Data under study
--- START ---

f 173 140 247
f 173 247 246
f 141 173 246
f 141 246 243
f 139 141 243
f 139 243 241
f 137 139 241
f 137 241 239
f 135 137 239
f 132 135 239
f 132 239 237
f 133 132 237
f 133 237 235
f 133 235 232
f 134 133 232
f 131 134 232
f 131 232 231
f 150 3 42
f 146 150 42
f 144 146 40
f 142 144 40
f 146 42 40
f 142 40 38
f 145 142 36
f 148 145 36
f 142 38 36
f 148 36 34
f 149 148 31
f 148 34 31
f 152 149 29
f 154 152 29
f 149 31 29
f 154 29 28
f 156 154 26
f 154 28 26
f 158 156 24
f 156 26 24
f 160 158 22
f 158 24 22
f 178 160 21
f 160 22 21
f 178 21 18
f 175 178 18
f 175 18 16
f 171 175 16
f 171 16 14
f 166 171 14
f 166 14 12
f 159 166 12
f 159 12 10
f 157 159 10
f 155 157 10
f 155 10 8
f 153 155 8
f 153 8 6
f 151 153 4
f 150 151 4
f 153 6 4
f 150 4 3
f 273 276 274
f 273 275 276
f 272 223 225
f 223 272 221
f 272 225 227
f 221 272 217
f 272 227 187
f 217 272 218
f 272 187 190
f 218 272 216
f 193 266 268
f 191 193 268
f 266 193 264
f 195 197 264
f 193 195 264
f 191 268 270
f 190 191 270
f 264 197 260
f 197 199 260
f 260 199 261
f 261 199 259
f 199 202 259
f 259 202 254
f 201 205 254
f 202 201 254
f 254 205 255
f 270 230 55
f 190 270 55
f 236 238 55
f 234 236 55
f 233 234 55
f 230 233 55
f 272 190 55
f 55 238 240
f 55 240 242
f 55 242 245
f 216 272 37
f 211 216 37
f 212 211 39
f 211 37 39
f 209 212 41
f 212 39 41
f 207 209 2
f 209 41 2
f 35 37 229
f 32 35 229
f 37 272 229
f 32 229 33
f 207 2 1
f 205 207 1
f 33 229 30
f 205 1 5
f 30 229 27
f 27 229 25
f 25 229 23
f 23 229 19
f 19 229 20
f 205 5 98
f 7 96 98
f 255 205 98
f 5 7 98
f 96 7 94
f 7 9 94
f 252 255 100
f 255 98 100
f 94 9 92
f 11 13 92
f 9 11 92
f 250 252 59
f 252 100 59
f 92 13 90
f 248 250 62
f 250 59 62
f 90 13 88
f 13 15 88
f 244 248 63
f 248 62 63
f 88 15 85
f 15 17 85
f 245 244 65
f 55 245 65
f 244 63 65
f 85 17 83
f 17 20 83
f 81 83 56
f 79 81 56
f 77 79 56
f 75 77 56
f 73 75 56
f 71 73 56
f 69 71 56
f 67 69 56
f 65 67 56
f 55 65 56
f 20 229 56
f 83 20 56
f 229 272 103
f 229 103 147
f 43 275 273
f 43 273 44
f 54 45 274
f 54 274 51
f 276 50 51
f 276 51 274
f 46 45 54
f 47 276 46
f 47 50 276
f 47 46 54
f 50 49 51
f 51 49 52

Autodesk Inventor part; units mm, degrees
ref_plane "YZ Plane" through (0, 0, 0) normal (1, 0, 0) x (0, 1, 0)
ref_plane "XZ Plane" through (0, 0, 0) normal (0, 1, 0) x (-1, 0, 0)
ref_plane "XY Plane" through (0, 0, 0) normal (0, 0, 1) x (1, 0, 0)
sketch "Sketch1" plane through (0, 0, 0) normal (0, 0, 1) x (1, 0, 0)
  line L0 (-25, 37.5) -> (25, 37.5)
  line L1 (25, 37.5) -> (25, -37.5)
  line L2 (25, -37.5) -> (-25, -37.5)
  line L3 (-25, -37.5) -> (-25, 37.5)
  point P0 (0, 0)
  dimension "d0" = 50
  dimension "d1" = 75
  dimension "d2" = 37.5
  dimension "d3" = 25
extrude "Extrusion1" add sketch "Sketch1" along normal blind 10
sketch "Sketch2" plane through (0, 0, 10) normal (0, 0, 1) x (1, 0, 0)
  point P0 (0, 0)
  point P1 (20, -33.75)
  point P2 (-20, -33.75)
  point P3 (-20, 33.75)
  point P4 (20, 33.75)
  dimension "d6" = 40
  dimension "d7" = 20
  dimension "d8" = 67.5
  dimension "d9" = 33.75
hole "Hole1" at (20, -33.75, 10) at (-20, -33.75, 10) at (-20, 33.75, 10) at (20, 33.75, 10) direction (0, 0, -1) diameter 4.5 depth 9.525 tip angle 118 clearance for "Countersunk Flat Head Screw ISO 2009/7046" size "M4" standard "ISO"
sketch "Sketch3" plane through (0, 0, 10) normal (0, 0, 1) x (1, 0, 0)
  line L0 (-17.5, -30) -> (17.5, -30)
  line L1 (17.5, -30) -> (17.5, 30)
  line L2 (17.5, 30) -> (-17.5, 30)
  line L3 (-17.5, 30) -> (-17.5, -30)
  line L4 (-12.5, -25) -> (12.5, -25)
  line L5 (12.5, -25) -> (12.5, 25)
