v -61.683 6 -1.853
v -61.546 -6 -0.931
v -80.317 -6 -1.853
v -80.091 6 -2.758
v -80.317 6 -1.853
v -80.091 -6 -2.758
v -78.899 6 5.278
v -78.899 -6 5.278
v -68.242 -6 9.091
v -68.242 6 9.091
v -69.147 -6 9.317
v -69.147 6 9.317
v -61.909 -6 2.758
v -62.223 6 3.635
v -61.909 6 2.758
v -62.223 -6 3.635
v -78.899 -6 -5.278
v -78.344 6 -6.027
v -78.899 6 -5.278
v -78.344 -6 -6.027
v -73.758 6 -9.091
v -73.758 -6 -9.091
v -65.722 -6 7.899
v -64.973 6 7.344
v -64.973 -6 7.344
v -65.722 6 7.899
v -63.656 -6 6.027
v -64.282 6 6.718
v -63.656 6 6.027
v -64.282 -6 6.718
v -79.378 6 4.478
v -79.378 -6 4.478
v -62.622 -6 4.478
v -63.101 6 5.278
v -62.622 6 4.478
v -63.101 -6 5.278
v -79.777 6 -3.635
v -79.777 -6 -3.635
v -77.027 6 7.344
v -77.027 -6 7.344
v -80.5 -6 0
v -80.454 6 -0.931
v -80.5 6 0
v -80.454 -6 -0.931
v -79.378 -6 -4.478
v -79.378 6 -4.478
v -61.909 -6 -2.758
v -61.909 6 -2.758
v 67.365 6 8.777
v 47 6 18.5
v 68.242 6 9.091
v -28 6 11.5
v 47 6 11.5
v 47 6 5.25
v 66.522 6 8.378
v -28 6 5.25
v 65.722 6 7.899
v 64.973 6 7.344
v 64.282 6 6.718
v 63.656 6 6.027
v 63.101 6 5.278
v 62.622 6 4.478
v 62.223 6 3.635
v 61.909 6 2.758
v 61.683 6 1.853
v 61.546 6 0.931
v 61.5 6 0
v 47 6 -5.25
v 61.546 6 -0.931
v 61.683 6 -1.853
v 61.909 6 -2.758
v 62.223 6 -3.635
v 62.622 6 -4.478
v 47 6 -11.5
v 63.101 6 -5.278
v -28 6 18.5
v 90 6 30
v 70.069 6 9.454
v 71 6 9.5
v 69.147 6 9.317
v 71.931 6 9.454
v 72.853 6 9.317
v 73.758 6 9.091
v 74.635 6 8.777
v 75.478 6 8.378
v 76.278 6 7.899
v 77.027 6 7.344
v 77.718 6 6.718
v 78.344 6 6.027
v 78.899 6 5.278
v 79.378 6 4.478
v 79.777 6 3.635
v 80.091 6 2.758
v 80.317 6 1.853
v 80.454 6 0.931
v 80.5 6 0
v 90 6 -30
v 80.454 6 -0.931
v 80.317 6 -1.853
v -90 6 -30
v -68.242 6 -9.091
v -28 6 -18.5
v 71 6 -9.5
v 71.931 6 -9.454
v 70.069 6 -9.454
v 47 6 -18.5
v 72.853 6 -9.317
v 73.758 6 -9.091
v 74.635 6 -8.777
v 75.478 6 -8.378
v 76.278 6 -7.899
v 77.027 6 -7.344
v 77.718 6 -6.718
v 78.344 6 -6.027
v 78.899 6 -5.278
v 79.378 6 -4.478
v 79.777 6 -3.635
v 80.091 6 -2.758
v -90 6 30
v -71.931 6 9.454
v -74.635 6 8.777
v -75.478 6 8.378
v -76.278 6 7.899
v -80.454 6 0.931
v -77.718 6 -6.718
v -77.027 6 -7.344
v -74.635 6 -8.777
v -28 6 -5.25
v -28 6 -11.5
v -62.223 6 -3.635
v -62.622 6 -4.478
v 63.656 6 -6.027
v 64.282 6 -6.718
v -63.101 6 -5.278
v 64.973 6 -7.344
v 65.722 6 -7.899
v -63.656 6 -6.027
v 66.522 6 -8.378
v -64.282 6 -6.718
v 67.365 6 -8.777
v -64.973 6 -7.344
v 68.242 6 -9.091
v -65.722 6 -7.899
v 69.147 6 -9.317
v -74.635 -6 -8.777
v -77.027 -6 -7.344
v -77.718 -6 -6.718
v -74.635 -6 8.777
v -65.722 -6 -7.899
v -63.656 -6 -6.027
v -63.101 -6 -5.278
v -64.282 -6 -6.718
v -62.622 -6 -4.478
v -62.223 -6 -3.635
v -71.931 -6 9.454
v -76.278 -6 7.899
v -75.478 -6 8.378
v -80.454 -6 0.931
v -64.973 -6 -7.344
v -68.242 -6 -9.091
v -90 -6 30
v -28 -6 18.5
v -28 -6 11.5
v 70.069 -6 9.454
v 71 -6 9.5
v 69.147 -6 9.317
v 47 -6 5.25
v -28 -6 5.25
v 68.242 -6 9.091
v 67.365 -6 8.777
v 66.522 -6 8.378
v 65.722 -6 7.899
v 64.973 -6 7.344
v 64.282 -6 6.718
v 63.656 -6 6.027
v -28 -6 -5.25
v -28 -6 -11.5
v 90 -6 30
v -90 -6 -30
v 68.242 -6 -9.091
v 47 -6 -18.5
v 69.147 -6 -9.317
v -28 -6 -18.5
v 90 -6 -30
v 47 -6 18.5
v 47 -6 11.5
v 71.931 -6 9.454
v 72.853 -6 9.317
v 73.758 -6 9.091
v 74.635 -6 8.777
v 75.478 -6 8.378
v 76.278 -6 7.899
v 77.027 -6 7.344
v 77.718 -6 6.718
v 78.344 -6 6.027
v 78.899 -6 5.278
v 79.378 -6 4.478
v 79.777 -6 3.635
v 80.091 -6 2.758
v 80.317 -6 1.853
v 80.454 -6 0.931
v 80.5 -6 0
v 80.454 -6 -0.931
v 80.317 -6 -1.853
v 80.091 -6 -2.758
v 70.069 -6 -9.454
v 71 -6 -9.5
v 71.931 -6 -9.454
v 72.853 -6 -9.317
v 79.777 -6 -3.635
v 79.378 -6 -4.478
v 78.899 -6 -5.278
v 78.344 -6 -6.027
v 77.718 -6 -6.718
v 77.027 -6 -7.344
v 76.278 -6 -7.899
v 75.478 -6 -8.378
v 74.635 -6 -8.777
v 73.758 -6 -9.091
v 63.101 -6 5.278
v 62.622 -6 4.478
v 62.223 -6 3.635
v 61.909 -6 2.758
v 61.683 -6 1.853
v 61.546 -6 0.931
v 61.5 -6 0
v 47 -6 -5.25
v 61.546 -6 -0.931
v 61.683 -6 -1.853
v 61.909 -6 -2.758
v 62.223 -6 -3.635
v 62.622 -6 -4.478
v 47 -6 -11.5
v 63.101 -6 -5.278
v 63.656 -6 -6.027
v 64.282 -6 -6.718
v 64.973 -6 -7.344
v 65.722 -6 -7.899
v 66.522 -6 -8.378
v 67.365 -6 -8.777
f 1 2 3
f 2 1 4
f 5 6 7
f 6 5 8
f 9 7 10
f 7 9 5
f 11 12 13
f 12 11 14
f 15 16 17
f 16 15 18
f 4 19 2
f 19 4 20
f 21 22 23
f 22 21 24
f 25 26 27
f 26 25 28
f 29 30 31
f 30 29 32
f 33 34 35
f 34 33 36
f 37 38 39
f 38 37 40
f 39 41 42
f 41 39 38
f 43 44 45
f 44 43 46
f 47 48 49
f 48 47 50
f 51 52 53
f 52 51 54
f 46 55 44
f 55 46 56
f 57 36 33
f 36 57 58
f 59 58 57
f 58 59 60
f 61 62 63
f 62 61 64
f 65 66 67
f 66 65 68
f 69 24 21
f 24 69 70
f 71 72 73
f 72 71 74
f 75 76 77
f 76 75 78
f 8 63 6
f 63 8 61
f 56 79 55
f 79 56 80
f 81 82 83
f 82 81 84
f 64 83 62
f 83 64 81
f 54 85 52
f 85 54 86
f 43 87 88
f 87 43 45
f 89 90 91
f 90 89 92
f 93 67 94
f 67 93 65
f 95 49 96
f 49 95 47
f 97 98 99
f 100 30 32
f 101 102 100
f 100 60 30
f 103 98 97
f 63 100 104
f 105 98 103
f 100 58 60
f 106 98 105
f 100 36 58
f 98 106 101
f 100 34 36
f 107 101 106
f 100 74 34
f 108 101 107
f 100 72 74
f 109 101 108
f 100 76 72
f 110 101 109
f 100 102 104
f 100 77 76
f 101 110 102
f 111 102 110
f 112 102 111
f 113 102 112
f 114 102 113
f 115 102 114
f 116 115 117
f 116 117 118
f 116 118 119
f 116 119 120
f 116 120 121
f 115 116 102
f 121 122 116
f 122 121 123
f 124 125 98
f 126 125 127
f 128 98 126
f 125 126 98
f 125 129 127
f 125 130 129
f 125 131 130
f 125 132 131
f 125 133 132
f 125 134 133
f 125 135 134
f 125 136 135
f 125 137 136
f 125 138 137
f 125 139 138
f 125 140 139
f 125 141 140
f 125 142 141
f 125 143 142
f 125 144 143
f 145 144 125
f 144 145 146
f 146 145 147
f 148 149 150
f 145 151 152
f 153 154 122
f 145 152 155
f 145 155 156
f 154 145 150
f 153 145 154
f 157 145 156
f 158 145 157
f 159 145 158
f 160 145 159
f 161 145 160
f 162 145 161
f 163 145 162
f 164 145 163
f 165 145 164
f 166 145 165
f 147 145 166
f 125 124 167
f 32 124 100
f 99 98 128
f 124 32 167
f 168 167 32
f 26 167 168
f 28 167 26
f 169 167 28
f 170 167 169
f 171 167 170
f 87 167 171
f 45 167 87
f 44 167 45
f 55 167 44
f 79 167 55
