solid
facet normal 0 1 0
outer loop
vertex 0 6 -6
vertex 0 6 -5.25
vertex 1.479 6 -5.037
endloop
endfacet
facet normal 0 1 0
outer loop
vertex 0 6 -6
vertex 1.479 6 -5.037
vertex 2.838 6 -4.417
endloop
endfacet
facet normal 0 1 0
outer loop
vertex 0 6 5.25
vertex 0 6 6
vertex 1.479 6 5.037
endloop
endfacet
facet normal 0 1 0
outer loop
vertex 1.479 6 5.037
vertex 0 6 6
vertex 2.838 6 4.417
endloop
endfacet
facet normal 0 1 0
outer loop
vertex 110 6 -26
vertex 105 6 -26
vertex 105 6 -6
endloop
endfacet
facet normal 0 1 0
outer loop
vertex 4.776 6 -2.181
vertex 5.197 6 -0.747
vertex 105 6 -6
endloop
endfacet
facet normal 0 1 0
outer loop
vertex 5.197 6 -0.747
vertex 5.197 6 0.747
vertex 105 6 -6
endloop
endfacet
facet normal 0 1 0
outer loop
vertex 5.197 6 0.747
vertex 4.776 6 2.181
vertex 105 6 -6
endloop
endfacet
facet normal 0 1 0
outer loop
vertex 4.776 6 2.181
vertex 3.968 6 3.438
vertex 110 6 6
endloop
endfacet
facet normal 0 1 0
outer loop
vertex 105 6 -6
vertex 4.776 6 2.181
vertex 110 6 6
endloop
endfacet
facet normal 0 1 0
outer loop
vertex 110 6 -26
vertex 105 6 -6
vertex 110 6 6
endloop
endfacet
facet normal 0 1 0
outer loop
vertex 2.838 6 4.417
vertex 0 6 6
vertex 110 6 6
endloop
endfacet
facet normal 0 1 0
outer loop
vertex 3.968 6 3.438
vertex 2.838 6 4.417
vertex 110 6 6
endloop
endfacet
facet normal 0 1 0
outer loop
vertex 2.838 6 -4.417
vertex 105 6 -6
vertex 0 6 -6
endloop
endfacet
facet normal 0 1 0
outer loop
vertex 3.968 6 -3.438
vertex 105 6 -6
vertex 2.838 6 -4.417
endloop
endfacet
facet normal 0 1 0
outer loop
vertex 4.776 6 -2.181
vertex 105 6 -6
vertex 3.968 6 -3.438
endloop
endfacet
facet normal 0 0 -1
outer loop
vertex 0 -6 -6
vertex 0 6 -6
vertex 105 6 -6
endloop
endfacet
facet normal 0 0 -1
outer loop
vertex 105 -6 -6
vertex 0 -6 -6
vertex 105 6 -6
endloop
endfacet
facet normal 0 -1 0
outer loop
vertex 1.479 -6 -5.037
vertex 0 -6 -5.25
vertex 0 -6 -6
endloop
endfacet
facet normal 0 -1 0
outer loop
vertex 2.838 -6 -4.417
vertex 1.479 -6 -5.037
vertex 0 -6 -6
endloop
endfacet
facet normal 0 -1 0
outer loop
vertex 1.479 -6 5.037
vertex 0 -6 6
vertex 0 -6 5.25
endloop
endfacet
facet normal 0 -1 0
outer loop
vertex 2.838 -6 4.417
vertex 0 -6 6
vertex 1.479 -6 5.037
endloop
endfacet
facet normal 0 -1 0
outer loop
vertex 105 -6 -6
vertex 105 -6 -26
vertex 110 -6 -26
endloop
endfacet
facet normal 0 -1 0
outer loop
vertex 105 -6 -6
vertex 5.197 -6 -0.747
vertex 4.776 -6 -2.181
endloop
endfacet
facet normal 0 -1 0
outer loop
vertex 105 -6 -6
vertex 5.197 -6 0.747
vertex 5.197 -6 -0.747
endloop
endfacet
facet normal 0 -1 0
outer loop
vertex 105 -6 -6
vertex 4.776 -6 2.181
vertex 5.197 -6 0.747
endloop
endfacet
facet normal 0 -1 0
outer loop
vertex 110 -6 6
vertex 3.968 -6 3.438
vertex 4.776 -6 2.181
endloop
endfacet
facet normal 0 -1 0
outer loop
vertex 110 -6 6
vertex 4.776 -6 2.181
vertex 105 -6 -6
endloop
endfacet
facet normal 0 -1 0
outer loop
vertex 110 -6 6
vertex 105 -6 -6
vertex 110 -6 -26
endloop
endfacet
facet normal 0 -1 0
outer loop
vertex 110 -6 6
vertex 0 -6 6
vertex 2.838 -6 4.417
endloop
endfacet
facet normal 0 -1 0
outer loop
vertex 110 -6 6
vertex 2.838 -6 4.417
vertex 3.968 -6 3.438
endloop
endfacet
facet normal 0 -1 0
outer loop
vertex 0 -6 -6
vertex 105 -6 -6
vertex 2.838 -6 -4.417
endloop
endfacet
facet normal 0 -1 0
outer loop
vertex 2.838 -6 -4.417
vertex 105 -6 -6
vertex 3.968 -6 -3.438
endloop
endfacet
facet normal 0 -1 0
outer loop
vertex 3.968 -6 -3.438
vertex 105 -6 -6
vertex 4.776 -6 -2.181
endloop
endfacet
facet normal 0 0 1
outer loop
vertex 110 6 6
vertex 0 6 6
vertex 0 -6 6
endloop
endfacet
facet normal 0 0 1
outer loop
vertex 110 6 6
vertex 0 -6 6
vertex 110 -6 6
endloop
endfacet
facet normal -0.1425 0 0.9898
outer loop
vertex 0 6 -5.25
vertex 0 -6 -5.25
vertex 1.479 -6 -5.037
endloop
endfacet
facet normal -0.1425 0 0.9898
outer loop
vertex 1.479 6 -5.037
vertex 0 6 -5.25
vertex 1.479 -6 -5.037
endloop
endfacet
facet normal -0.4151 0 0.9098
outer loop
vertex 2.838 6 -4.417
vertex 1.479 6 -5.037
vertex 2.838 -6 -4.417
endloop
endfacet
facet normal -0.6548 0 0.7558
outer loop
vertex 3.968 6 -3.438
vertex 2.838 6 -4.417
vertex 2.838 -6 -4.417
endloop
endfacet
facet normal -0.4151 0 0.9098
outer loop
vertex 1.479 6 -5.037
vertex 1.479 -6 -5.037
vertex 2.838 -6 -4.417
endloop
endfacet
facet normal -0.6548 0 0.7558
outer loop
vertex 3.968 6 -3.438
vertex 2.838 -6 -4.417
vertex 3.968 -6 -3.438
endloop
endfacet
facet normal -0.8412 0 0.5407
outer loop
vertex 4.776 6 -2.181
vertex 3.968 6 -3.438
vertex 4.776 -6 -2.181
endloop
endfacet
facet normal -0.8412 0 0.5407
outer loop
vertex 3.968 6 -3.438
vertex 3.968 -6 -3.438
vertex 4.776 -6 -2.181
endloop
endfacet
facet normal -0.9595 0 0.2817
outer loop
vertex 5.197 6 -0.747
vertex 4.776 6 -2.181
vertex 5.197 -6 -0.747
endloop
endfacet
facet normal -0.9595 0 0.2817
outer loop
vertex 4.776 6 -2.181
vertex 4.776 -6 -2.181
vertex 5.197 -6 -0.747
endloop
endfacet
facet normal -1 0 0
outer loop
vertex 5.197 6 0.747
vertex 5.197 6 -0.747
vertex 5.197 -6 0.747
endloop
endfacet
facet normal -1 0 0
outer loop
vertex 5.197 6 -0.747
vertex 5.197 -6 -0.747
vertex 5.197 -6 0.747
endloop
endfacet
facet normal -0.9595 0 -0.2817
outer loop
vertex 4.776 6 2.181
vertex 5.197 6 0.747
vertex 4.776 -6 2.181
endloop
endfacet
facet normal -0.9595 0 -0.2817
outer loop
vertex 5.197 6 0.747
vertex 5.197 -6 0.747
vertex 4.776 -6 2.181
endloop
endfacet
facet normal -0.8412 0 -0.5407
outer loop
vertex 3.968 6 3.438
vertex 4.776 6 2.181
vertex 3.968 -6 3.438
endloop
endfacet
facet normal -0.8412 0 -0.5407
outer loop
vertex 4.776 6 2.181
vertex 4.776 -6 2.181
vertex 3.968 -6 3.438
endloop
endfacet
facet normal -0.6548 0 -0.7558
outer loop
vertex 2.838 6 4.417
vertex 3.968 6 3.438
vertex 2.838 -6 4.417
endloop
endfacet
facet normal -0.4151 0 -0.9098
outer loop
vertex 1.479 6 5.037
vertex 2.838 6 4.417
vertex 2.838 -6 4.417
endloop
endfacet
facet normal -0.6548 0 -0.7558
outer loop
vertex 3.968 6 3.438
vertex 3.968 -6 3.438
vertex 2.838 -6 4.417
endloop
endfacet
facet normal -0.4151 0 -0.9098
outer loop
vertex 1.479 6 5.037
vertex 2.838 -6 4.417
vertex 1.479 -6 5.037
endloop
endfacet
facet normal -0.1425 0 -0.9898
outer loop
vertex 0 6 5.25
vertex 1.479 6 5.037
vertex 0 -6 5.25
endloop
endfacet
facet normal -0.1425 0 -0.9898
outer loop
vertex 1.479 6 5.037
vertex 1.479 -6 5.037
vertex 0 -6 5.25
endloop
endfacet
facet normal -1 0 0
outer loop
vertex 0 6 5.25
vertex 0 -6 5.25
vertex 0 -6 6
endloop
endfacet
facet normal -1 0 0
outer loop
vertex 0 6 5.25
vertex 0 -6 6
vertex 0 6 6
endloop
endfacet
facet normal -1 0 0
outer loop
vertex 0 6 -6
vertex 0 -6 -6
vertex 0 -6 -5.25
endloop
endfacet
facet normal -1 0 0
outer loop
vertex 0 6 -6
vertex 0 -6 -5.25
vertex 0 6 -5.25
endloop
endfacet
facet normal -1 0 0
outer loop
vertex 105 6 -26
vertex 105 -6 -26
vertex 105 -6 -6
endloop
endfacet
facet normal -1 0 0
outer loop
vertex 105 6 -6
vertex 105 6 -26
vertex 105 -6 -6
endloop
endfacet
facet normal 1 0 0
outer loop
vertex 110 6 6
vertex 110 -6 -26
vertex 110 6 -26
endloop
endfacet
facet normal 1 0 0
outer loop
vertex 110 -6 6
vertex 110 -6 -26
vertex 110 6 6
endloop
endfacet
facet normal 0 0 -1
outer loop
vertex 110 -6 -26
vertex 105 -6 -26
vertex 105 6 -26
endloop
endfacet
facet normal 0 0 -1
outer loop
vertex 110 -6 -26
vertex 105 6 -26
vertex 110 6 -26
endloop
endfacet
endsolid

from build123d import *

# Parameters (mm, degrees)
BOX_W        = 110
BOX_H        = 12
BOX_DEPTH    = 12
POCKET_DEPTH = 12
SKETCH001_W  = 5
SKETCH001_H  = 20
PAD_DEPTH    = 12


with BuildPart() as part:
    # Box → Box (new body)
    with BuildSketch(Plane(origin=(0, -6, -6), x_dir=(1, 0, 0), z_dir=(0, 0, 1))):
        with Locations((55, 6)):
            Rectangle(BOX_W, BOX_H)
    extrude(amount=BOX_DEPTH)

    # Sketch → Pocket (cut)
    with BuildSketch(Plane(origin=(0, -6, -6), x_dir=(1, 0, 0), z_dir=(0, -1, 0))):
        with BuildLine():
            ThreePointArc((0, 0.75), (5.25, 6), (0, 11.25))
            Line((0, 11.25), (0, 0.75))
        make_face()
    extrude(amount=-POCKET_DEPTH, mode=Mode.SUBTRACT)

    # Sketch001 → Pad (new body)
    with BuildSketch(Plane(origin=(0, -6, -6), x_dir=(1, 0, 0), z_dir=(0, -1, 0))):
        with Locations((107.5, -10)):
            Rectangle(SKETCH001_W, SKETCH001_H)
    extrude(amount=-PAD_DEPTH)


solid = part.part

--- END ---

From the top of the material above, please transcribe each line exactly. Include the line with "f 142 144 40" and end there.

Written response
f 173 140 247
f 173 247 246
f 141 173 246
f 141 246 243
f 139 141 243
f 139 243 241
f 137 139 241
f 137 241 239
f 135 137 239
f 132 135 239
f 132 239 237
f 133 132 237
f 133 237 235
f 133 235 232
f 134 133 232
f 131 134 232
f 131 232 231
f 150 3 42
f 146 150 42
f 144 146 40
f 142 144 40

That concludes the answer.